Second, Widdows’ conviction that because men are using beauty practices, gender is no longer relevant seems misplaced. Gender has never only applied to women. Men’s involvement with beauty ideals and practices, insofar as they are implicated in their identity projects, will presumably also have gender dimensions. This will, therefore, necessitate a critical analysis of how men’s body ideals and practices are gendered. Moreover, even though men may be ‘catching up’ when it comes to involvement in beauty practices, this does not mean that beauty ideals and practices have the same consequences for men and women and do not need to be analysed in terms of gender and other power relations based on, for example, class, race, ethnicity, sexuality and national belonging.

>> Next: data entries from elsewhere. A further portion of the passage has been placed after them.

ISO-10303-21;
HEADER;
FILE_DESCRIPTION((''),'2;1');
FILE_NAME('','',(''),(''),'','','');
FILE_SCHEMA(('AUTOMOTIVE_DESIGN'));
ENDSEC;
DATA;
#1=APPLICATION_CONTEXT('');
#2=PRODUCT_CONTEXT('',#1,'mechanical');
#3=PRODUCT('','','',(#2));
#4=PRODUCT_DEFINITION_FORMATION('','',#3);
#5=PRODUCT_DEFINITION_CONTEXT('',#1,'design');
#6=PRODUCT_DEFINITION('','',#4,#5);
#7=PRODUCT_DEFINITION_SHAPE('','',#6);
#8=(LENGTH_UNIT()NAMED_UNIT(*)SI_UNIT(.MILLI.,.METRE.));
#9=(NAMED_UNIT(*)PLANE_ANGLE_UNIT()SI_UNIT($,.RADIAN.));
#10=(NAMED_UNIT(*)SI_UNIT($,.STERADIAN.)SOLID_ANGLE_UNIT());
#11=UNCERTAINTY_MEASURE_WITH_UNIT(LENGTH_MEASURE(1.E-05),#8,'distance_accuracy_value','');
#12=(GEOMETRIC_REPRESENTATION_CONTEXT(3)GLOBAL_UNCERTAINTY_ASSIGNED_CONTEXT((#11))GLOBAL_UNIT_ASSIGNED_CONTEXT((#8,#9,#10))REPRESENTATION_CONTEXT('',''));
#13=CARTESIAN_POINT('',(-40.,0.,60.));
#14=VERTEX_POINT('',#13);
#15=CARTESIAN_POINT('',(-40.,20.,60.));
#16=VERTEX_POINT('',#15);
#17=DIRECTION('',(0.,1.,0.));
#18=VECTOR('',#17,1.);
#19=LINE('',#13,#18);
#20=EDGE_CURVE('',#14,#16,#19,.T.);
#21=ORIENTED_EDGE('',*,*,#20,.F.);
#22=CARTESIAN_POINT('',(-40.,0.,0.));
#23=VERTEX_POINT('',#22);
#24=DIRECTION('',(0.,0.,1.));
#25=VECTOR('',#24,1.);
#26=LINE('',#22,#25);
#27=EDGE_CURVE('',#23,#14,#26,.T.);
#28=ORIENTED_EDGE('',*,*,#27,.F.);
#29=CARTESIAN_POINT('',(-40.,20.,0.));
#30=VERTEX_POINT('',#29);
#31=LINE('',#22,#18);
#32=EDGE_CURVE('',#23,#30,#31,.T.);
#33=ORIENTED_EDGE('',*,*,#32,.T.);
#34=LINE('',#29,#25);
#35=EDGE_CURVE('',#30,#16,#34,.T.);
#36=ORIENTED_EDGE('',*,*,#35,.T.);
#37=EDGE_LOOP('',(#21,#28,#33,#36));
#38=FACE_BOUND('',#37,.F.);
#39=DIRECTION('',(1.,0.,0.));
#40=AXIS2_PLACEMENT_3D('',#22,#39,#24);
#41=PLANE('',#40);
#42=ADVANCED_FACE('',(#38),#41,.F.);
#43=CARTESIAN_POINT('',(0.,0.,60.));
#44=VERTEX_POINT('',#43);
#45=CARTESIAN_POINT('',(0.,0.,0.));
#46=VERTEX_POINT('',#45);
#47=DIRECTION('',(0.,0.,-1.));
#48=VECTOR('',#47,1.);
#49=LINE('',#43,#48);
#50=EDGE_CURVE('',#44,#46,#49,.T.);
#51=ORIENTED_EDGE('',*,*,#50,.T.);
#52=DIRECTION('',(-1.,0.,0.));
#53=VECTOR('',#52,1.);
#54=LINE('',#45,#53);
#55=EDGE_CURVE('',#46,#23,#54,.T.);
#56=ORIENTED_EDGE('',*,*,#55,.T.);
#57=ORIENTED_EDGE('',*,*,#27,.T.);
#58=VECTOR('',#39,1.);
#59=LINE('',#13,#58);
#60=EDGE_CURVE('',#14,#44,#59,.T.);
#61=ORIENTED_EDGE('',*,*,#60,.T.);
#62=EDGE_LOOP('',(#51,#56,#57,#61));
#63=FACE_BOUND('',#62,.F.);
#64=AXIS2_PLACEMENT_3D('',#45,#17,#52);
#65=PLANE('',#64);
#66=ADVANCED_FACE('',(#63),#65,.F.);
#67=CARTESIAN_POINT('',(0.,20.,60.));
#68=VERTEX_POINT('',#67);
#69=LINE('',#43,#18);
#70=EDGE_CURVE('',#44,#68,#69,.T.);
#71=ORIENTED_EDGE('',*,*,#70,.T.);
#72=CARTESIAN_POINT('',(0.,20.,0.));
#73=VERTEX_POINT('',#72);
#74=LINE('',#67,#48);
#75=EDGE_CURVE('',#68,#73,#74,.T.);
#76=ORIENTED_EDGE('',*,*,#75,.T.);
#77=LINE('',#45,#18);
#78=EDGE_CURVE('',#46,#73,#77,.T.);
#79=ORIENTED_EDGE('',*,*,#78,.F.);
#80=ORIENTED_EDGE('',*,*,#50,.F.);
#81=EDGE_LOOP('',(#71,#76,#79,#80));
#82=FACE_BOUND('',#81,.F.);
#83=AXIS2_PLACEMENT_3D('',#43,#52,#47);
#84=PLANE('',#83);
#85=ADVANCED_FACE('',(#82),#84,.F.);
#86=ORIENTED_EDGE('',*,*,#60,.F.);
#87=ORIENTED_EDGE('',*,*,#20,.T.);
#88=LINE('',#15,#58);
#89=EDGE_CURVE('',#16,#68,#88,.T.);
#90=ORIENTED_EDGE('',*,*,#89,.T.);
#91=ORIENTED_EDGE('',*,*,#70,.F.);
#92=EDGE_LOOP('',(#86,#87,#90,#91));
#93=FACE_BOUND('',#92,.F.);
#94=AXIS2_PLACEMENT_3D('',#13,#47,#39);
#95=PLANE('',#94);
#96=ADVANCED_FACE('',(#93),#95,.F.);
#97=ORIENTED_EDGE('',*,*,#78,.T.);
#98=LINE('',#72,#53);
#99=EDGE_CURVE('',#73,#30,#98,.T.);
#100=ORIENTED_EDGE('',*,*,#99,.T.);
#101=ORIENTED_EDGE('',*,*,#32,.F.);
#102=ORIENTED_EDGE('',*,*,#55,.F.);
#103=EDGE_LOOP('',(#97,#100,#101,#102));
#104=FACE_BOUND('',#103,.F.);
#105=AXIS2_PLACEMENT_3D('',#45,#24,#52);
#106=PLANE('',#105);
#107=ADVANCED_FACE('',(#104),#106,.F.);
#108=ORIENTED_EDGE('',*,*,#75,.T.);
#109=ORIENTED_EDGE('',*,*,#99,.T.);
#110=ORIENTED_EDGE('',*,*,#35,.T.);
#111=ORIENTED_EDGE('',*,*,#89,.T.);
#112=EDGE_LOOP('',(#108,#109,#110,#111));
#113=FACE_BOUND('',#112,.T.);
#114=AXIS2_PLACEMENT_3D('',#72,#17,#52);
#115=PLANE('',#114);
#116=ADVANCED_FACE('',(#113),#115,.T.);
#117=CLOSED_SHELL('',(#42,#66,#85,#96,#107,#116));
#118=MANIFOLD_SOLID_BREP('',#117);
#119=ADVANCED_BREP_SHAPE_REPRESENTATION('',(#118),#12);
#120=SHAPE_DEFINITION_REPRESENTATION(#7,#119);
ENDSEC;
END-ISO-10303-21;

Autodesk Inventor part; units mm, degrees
ref_plane "YZ Plane" through (0, 0, 0) normal (1, 0, 0) x (0, 1, 0)
ref_plane "XZ Plane" through (0, 0, 0) normal (0, 1, 0) x (-1, 0, 0)
ref_plane "XY Plane" through (0, 0, 0) normal (0, 0, 1) x (1, 0, 0)
sketch "Sketch1" plane through (0, 0, 0) normal (0, 1, 0) x (-1, 0, 0)
  line L0 (0, 0) -> (40, 0)
  line L1 (40, 0) -> (40, 60)
  line L2 (40, 60) -> (0, 60)
  line L3 (0, 60) -> (0, 0)
  dimension "d0" = 40
  dimension "d1" = 60
extrude "Extrusion1" add sketch "Sketch1" along normal blind 20
properties part number "Door-Electronics"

Third, while I would agree with Widdows’ critique of oversimplified explanations of the ‘cultural imperialism’ variety when it comes to the globalization of beauty, I was not convinced by the ‘trend analysis’ she puts forward. For me, this smacks too much of marketing or social psychological approaches to the beauty culture which, almost by definition, flatten out contradictions and differences. Moreover, her focus on trends precludes looking at the local contexts in which people actually do beauty and how they negotiate embodied differences and contradictory practices. In this respect, I think her analysis would have been strengthened by more reliance on sociology and anthropology for her empirical examples rather than psychology and marketing research.
Despite these reservations, Perfect Me is well-worth reading for anyone who is concerned about the importance of beauty in modern life and the imperative to develop critical perspectives for thinking about it. It sets out the questions that we need to be thinking about and does so in a way that makes it clear what is at stake in our search for ever-more-perfect bodies.